Look, I know. I know that no one wants to use dental dams; no one even wants to talk about using dental dams. And it’s understandable—to the uninitiated, they can seem cumbersome, awkward, hard to use or just plain silly.
For those of us who received really basic, hetero-centric sex ed in our school days, dental dams were so far on the periphery that we didn’t even learn what they were, let alone how important they are for safe sex. Like a condom, dental dams put a barrier between partners, preventing the exchange of bodily fluids and, potentially, sexually transmitted infections. That’s important, because STIs can spread via oral/genital or oral/anal contact just as readily as via standard sexual intercourse.
So let’s learn more about dental dams!
I tried to do a lot of research for this piece, but ran into trouble because within most sexual communities, there just isn’t that much. Dental dam use among opposite-sex partners, for example, hasn’t really been studied—nor is it really talked about. Often lumped in with information about condoms, dental dams seem like a sexual afterthought. But they aren’t. They exist for a specific and important reason.
To get some real, pragmatic and helpful information, I asked the incredible author and activist, and Heather Corinna, who is also the executive director of sex-positive education site Scarleteen. Here’s what Corinna thinks Blisstree readers should know about dental dams and how/why to use them.
Why do you think dental dams are important?
Dams are important because they’re really the only barrier we have that can offer protection from infections with cunnilingus or analingus. The latter poses higher risks of infection, but the former can still pose some, namely HPV, herpes and chlamydia. And one of the coolest things about dams, which condoms can’t offer in regard to those first two infections, is that dams cover much more surface of the genitals, so in that way, they offer better protection from those infections than condom can when we’re using them for other activities that pose the same risks.
What about talking about dams with a partner who may be hesitant? They aren’t nearly as common as condoms—what’s the best way to bring it up with a partner without freaking them out?
Like with most safer sex barriers, I think if you have to really sell a partner on it, probably you and that partner need to go back to the start and talk more about safer sex, period, and STI risks, period. They may need more general education.
But, on the whole—and accounting for, particularly, a longstanding and false belief in some lesbian communities that there are no STI risks among women—all you really should need to say is that dams are the tool we’ve got to provide protection against infection with a couple sexual activities where other barriers, like condoms or gloves, can’t work (however, you can make a dam out of a glove, too: if you cut the fingers off a glove, but leave the thumb, it’ll open up into a dam that has a very convenient compartment for your tongue!).
Like with other barriers, you want to use it so you can reduce the risk of infections, to best protect everyone’s health, but also so that one extra thing you’d worry about gets to be sorted so that everyone can just better enjoy themselves!
There are latex dams, but there are also non-latex dams. And you can make a dam out of any condom by just cutting it lengthwise and then opening it, so if there’s a condom material or texture you like, well, voila! It can become a dam. There are also—like with condoms—flavored dams or unflavored dams.
One of the biggest complaints (at least, among my female friends who swear up and down that they’ve tried to use them in their own sexual encounters) is that dams can be kind of…cumbersome. Do you have any tips on how to make them more user-friendly?
Really, I don’t think of them as not being user-friendly. I think that’s more a misconception that probably, mostly comes from never playing with them. I mean, sure, we usually have to hold them in place with our hands. But during the activities we use them for, it’s not atypical for us to be using our hands to, for example, massage the insides of a partner’s thighs, or their outer labia, or their buttocks anyway. So, our hands are often already in the place they need to be to hold a dam in place.
I think making them more user-friendly is just about giving yourself permission and room to experiment with them to learn how to use them. And really, people do this with condoms, too; it’s not just something folks do with dams. I think that with condoms, it’s just more often something where only one partner is the person mostly learning and experimenting, you know?
You can also buy or make a harness to use with dams. One of our volunteers posted instructions about a decade ago, which I included in my book. Someone just recently put it on a Tumblr feed.

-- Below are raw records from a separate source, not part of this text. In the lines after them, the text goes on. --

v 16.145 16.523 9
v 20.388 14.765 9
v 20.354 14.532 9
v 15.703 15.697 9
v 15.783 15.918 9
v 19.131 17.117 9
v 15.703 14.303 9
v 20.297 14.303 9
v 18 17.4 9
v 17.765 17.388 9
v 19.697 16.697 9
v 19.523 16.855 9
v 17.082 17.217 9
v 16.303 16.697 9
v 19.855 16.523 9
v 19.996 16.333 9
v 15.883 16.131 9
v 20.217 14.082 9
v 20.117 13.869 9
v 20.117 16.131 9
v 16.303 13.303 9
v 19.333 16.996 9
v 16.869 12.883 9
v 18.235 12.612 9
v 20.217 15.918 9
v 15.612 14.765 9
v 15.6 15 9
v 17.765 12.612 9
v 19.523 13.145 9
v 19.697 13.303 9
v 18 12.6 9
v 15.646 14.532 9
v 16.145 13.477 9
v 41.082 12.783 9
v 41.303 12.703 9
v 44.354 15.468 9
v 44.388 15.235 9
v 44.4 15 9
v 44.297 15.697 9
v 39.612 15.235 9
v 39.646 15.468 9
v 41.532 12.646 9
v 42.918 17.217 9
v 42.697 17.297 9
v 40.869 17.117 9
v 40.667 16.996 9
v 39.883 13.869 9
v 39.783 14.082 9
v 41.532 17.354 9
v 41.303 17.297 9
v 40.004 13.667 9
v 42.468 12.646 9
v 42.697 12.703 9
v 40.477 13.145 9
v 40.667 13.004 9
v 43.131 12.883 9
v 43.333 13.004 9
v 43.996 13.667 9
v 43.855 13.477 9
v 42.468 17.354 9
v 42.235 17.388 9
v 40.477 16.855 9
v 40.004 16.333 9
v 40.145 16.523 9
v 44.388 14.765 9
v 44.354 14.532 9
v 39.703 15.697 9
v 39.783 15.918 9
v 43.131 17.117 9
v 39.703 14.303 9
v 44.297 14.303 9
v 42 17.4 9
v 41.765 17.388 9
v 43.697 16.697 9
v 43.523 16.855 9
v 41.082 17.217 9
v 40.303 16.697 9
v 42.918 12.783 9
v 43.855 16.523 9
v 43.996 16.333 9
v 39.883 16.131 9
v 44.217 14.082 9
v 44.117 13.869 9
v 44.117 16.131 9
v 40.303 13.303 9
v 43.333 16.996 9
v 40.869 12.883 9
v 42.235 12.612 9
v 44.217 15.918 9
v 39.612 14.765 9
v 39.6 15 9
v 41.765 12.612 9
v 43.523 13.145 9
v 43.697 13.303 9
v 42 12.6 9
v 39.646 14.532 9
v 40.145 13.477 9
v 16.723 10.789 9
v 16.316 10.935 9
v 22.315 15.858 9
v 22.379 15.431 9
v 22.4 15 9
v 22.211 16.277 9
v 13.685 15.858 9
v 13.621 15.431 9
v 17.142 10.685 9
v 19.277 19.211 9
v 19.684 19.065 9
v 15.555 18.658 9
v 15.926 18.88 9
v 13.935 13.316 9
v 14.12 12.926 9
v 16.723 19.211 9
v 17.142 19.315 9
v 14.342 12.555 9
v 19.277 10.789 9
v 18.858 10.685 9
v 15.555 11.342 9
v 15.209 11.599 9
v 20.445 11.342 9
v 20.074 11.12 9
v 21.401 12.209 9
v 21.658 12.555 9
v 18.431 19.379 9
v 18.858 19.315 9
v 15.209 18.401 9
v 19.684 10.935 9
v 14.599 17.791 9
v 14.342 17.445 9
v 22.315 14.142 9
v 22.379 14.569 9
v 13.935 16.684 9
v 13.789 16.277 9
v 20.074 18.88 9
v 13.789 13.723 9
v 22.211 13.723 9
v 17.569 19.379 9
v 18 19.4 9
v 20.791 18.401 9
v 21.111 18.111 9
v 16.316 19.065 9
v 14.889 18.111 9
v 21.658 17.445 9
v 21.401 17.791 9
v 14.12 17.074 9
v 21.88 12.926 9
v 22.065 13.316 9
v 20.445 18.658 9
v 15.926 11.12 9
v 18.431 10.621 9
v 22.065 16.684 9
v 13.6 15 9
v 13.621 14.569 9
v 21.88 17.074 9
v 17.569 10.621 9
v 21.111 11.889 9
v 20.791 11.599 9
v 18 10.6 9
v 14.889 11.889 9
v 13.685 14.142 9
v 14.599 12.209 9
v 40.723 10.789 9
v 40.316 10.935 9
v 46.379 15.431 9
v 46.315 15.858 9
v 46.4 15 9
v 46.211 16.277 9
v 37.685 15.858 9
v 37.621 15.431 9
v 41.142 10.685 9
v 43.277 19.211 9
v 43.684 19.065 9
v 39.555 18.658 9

Anything else we should know?
If your partners have penises, bringing dams into the picture provides some nifty hidden bonuses. Like, for instance, giving a dude a chance to not be the only one wearing latex and experiencing a barrier on a sensitive part of the body. It can help everyone to better share that experience, and also better understand the pros and cons from a first-person place. When you actually have the experience of having a thin sheet of latex over your clitoral glans—a part as or more sensitive than the most sensitive parts of the penis—you also get to know and experience how much it does NOT do things like take away all ability to feel and enjoy sex. That can make someone who might otherwise be less resilient with partners who refuse condoms (with lines like saying they can’t feel anything with one on) more resilient.